The Role of Self-Service Data Preparation in Analytics Modernization
It’s no secret that data is playing an increasingly important role in not only today’s business environment but also within our society as a whole. In a May 2017 article, The Economist laid out why data has overtaken oil as the world’s most valuable resource. There is little doubt that moving forward the most successful organizations will be the ones that are best able to utilize the constantly growing diversity of data being generated.
To this end, the businesses I interact with on a regular basis – both large-scale Fortune 500 organizations & fast-growing upstarts – are extremely focused on modernizing their company’s approach to analytics in order to stay ahead of their competition.
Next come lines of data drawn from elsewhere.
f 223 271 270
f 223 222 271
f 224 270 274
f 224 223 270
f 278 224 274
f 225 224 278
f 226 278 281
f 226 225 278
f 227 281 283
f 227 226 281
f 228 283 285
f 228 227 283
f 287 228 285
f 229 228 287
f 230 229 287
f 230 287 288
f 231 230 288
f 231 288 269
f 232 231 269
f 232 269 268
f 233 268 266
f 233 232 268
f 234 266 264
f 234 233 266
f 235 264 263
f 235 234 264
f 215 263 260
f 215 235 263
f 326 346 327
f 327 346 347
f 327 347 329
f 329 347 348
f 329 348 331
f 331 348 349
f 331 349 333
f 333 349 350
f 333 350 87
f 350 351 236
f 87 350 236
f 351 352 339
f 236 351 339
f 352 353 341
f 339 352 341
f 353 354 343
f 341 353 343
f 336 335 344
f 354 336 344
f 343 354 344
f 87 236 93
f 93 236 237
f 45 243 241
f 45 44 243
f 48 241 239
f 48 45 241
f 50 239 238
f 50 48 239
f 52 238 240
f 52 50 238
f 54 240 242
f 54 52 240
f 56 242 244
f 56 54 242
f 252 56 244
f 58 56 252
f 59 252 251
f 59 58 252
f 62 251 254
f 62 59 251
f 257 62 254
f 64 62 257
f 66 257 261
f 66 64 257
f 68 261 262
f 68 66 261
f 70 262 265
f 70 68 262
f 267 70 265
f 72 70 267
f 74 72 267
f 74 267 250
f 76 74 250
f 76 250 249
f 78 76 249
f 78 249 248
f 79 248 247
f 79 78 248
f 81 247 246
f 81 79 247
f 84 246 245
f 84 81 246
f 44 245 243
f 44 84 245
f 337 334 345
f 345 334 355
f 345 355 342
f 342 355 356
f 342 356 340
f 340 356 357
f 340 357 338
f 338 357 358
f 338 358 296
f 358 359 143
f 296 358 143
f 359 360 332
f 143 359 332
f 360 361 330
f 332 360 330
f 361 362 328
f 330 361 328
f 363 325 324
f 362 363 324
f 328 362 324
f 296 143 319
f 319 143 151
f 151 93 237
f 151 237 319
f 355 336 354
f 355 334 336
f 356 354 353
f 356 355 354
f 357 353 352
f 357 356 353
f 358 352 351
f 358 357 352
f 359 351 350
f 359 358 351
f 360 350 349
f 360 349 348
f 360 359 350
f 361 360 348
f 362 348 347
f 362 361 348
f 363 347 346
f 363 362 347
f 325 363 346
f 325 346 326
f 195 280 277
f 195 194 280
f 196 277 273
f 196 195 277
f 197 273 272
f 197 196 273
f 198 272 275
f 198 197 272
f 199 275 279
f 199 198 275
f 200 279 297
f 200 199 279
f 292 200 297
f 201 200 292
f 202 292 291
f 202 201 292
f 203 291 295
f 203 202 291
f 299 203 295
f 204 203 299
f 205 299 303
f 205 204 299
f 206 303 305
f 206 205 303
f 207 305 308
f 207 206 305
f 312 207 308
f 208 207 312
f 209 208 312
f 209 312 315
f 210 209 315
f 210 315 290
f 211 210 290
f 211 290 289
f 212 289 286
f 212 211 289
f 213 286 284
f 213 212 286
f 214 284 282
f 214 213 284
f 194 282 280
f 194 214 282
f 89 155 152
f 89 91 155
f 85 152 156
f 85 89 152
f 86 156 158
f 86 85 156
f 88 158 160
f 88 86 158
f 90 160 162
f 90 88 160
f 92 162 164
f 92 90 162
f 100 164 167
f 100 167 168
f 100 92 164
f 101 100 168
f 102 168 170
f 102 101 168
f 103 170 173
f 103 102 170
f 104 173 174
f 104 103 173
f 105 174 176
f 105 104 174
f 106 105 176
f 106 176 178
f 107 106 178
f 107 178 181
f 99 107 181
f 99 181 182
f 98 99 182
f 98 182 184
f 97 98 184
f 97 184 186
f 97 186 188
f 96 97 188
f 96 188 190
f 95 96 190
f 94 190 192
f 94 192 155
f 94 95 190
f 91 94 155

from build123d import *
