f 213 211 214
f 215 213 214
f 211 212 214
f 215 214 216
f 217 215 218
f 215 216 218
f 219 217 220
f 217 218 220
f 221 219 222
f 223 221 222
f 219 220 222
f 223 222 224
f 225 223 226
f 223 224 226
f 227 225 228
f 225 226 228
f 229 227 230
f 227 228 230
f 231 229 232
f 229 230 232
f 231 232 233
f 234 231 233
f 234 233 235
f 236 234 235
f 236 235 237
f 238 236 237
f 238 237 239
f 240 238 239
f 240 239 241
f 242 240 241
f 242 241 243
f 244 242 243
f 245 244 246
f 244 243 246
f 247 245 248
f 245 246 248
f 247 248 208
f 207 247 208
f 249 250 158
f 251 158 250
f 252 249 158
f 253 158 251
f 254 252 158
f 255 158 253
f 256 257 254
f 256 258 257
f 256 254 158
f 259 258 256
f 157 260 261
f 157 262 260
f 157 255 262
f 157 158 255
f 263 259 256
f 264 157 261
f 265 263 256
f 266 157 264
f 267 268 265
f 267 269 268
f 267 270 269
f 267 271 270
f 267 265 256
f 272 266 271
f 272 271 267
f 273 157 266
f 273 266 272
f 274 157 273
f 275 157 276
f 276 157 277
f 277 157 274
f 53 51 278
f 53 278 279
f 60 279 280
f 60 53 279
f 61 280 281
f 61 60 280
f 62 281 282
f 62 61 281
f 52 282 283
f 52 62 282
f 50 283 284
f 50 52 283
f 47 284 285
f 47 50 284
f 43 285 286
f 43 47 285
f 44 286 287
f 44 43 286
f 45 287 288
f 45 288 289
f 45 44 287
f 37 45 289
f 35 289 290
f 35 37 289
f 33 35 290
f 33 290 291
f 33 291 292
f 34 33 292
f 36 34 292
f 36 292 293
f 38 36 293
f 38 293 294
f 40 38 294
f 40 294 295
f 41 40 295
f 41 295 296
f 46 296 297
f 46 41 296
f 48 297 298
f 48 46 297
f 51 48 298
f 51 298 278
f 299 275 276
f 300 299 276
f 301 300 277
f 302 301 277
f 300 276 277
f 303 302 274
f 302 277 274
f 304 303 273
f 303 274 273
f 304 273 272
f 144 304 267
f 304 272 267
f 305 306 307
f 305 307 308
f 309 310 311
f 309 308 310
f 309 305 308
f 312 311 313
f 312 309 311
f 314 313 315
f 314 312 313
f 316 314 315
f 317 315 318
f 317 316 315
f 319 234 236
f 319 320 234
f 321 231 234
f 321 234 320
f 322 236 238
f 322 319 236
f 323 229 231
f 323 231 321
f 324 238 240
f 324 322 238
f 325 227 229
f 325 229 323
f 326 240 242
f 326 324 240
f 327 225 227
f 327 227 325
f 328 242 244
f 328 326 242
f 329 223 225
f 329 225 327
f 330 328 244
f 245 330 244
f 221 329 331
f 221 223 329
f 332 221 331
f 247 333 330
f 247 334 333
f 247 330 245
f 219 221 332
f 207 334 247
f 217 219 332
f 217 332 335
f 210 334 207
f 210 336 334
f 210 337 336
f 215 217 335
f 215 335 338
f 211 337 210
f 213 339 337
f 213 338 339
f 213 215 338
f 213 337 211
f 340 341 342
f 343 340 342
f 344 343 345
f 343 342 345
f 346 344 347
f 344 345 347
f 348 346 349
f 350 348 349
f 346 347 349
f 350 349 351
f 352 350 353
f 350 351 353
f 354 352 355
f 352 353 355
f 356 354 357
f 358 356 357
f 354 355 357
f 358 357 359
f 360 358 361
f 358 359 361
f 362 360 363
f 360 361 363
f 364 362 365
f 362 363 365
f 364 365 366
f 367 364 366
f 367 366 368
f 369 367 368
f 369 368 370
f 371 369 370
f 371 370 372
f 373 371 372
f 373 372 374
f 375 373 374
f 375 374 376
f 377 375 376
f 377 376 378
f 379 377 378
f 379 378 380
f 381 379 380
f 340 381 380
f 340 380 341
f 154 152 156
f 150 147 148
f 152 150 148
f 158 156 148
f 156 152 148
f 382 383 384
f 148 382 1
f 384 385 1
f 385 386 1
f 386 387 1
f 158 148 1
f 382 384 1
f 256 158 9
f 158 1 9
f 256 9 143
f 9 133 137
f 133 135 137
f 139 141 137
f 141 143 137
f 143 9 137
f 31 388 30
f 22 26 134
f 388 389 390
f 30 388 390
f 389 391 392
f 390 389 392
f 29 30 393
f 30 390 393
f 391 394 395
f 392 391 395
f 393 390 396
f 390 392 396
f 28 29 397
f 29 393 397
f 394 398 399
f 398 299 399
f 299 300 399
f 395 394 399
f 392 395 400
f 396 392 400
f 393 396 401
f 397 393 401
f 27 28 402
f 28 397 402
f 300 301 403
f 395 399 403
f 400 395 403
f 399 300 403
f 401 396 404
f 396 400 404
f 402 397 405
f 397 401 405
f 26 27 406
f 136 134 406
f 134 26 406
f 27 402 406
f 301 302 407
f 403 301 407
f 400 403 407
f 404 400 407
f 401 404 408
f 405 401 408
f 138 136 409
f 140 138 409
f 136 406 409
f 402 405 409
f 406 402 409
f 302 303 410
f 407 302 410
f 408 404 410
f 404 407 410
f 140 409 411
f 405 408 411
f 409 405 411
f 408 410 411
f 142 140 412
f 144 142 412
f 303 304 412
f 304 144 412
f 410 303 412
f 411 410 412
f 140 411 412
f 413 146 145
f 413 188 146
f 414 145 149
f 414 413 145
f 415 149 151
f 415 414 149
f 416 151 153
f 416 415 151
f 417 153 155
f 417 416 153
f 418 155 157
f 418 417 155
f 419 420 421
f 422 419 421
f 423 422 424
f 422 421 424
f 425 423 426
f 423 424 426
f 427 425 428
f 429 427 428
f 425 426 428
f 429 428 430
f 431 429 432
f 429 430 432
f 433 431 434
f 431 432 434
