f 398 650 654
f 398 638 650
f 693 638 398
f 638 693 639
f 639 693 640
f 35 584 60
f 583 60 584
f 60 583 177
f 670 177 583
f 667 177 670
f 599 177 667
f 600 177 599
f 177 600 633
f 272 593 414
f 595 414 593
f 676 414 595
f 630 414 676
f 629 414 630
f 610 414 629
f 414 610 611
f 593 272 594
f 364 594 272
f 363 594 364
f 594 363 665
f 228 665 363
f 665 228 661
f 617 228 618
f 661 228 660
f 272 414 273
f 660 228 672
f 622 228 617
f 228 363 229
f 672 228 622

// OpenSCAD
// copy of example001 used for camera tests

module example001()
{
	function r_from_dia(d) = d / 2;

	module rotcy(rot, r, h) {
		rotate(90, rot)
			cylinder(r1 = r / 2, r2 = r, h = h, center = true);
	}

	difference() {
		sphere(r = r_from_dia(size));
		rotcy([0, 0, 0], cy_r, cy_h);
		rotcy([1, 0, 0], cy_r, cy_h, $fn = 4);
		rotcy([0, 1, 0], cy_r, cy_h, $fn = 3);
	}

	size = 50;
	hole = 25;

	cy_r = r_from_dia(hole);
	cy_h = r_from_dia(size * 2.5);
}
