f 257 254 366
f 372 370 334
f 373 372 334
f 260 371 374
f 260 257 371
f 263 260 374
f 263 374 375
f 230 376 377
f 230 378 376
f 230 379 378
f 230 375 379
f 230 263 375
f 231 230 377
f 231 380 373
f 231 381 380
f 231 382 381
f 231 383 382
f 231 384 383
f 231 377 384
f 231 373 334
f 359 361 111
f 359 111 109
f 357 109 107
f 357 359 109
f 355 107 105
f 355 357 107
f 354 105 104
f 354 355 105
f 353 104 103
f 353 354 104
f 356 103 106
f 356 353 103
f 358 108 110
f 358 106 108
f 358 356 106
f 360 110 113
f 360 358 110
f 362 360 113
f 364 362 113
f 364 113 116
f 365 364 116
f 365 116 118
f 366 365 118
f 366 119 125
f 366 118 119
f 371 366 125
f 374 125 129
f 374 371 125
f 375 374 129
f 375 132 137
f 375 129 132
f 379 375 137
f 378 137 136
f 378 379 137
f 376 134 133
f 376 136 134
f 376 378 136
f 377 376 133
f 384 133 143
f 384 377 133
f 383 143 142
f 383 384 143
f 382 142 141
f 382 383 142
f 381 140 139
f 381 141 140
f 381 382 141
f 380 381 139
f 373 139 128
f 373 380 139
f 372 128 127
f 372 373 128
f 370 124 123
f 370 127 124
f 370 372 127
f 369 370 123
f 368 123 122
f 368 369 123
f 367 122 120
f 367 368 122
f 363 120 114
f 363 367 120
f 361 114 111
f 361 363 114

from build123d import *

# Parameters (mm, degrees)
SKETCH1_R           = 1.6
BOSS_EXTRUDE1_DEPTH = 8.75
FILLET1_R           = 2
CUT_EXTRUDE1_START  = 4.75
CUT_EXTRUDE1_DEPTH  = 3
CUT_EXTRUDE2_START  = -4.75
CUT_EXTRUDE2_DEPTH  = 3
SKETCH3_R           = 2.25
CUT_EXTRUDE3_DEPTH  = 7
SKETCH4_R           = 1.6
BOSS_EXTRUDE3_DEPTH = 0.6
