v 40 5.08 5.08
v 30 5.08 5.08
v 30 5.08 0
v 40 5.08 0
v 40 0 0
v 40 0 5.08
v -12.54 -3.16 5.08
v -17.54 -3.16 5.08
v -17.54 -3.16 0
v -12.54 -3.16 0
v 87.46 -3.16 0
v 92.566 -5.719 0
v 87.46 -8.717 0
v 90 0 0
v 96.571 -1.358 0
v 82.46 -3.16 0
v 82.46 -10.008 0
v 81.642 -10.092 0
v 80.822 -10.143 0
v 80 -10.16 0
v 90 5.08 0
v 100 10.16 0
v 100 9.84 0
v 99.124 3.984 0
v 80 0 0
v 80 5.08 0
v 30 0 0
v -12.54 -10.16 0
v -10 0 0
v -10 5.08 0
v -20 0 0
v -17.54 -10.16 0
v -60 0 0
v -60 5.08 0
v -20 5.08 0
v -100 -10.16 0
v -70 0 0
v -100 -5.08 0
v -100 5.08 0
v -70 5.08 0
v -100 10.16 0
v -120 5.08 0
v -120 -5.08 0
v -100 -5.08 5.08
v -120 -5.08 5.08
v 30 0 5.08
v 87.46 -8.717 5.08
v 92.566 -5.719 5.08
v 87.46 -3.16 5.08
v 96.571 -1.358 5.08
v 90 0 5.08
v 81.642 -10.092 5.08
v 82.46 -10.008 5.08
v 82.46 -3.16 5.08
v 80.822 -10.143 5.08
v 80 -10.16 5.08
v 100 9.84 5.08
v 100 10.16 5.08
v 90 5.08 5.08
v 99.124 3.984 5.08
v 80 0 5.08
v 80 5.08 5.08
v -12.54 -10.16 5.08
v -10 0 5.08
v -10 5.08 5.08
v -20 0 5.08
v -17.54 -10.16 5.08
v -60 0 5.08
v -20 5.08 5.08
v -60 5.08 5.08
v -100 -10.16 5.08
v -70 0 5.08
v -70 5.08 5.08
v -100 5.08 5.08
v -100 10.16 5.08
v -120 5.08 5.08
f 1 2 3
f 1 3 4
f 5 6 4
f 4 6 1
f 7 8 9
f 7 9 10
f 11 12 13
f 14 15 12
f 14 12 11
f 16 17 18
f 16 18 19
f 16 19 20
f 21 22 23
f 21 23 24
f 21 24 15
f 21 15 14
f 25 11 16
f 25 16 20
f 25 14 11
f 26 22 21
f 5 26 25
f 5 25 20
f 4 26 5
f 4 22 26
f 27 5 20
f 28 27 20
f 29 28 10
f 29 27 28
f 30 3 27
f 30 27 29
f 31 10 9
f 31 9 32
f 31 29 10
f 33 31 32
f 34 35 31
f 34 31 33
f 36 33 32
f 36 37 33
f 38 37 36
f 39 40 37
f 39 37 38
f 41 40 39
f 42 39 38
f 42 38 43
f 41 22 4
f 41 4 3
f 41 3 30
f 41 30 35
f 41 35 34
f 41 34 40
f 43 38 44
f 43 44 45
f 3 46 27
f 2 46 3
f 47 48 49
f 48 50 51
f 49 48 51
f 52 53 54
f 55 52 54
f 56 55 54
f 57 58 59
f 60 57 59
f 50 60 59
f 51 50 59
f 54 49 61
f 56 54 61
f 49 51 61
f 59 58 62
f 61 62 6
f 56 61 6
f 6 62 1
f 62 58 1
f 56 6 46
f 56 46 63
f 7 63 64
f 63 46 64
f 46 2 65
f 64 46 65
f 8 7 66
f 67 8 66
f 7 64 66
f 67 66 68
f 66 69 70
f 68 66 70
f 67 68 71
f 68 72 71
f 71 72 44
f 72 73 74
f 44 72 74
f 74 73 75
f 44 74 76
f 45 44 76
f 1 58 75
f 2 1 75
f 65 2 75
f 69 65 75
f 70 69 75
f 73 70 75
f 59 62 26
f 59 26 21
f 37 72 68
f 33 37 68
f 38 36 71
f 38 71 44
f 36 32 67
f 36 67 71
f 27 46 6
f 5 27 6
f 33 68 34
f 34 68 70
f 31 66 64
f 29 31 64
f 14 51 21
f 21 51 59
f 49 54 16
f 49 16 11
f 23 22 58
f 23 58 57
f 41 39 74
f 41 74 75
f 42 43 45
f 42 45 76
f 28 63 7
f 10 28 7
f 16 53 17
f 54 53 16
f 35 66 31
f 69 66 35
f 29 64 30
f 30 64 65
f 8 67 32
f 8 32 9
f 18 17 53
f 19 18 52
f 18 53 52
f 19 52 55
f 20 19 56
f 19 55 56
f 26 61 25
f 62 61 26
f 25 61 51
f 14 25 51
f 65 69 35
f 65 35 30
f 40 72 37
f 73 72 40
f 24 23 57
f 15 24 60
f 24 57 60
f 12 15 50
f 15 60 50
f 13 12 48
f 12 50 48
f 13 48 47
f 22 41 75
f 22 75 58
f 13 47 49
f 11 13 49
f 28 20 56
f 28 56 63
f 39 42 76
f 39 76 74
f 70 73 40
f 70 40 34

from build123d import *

# Parameters (mm, degrees)
BOSS_EXTRUDE1_DEPTH = 5.08
FILLET1_R           = 20
SKETCH2_W           = 5
SKETCH2_H           = 7
SKETCH2_W_2         = 10
SKETCH2_H_2         = 5.08
CUT_EXTRUDE1_DEPTH  = 6.08


with BuildPart() as part:
    # Sketch1 → Boss-Extrude1 (new body)
    with BuildSketch(Plane.XY):
        Polygon((-100, 5.08), (-100, 10.16), (100, 10.16), (100, -10.16), (-100, -10.16), (-100, -5.08), (-120, -5.08), (-120, 5.08), align=None)
    extrude(amount=BOSS_EXTRUDE1_DEPTH)

    # Fillet1
    fillet1_edges = [part.edges().sort_by_distance(p)[0] for p in [
        (100, -10.16, 2.54),
    ]]
    fillet(fillet1_edges, radius=FILLET1_R)

    # Sketch2 → Cut-Extrude1 (cut, through all)
    with BuildSketch(Plane.XY.offset(5.08)):
        with Locations((-15.04, -6.66)):
            Rectangle(SKETCH2_W, SKETCH2_H)
        with Locations((84.96, -6.66)):
            Rectangle(SKETCH2_W, SKETCH2_H)
        with Locations((-65, 2.54)):
            Rectangle(SKETCH2_W_2, SKETCH2_H_2)
        with Locations((-15, 2.54)):
            Rectangle(SKETCH2_W_2, SKETCH2_H_2)
        with Locations((35, 2.54)):
            Rectangle(SKETCH2_W_2, SKETCH2_H_2)
        with Locations((85, 2.54)):
            Rectangle(SKETCH2_W_2, SKETCH2_H_2)
    extrude(amount=-CUT_EXTRUDE1_DEPTH, mode=Mode.SUBTRACT)


solid = part.part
Each organization refers to this modernization effort differently. I have heard it defined as becoming data-driven, datafication or adopting big data. The consistent element across organizations is that it involves updating the following:
- Storage & processing infrastructure
- Data management & analytics applications
- People & processes for driving value from data
At a high level, there are two consistent goals across nearly every organization’s analytics modernization efforts – utilize more data and derive value faster. Businesses need to be able to incorporate more and more data into their analytics processes regardless of the origin, shape and size of the data. Then, turn that expanding variety of data into something that is valuable for their business faster. Talk to any organization, this is no easy task.
These two goals – more data, faster – are exactly what this relatively new breed self-service data preparation solutions provide. It’s been widely documented that data preparation is the biggest bottleneck in any analytics project – taking up over 80% of the end-to-end process. Data preparation solutions are targeting the area of the analytics process that has the most room to improve.
This is especially true as organizations continue to expand the scope of their analytics efforts by incorporating a wider variety of new or unfamiliar data sources. Prior to doing any analysis, each data source has to be unboxed, prepared and joined together with existing data to be leveraged downstream for visualization, statistics or machine learning. Each data source expands the amount of preparation required.
Traditional approaches to data preparation were not designed to handle today’s requirements for speed and diversity. The assortment of data sources that made up a traditional ETL data pipeline 10 years ago didn’t change nearly as fast or as frequently as today’s pipelines do. The thought of having to wait a few months to add a few new attributes into an analysis is unthinkable for many modern organizations today, yet it was commonplace only a few years ago.
In order to go fast, you need to be able to experiment and fail fast. Setting up technology and processes that not only enable, but encourage rapid, constant iteration on analysis is critical to meeting the goal of more data, faster. Data preparation tools enable end users to get immediate and continuous feedback on how every transformation they craft would potentially impact the data set they are working on. Analysts are able to see results while they’re crafting their data preparation logic as opposed to only being able to see the impact of their transformations when a full job run completes.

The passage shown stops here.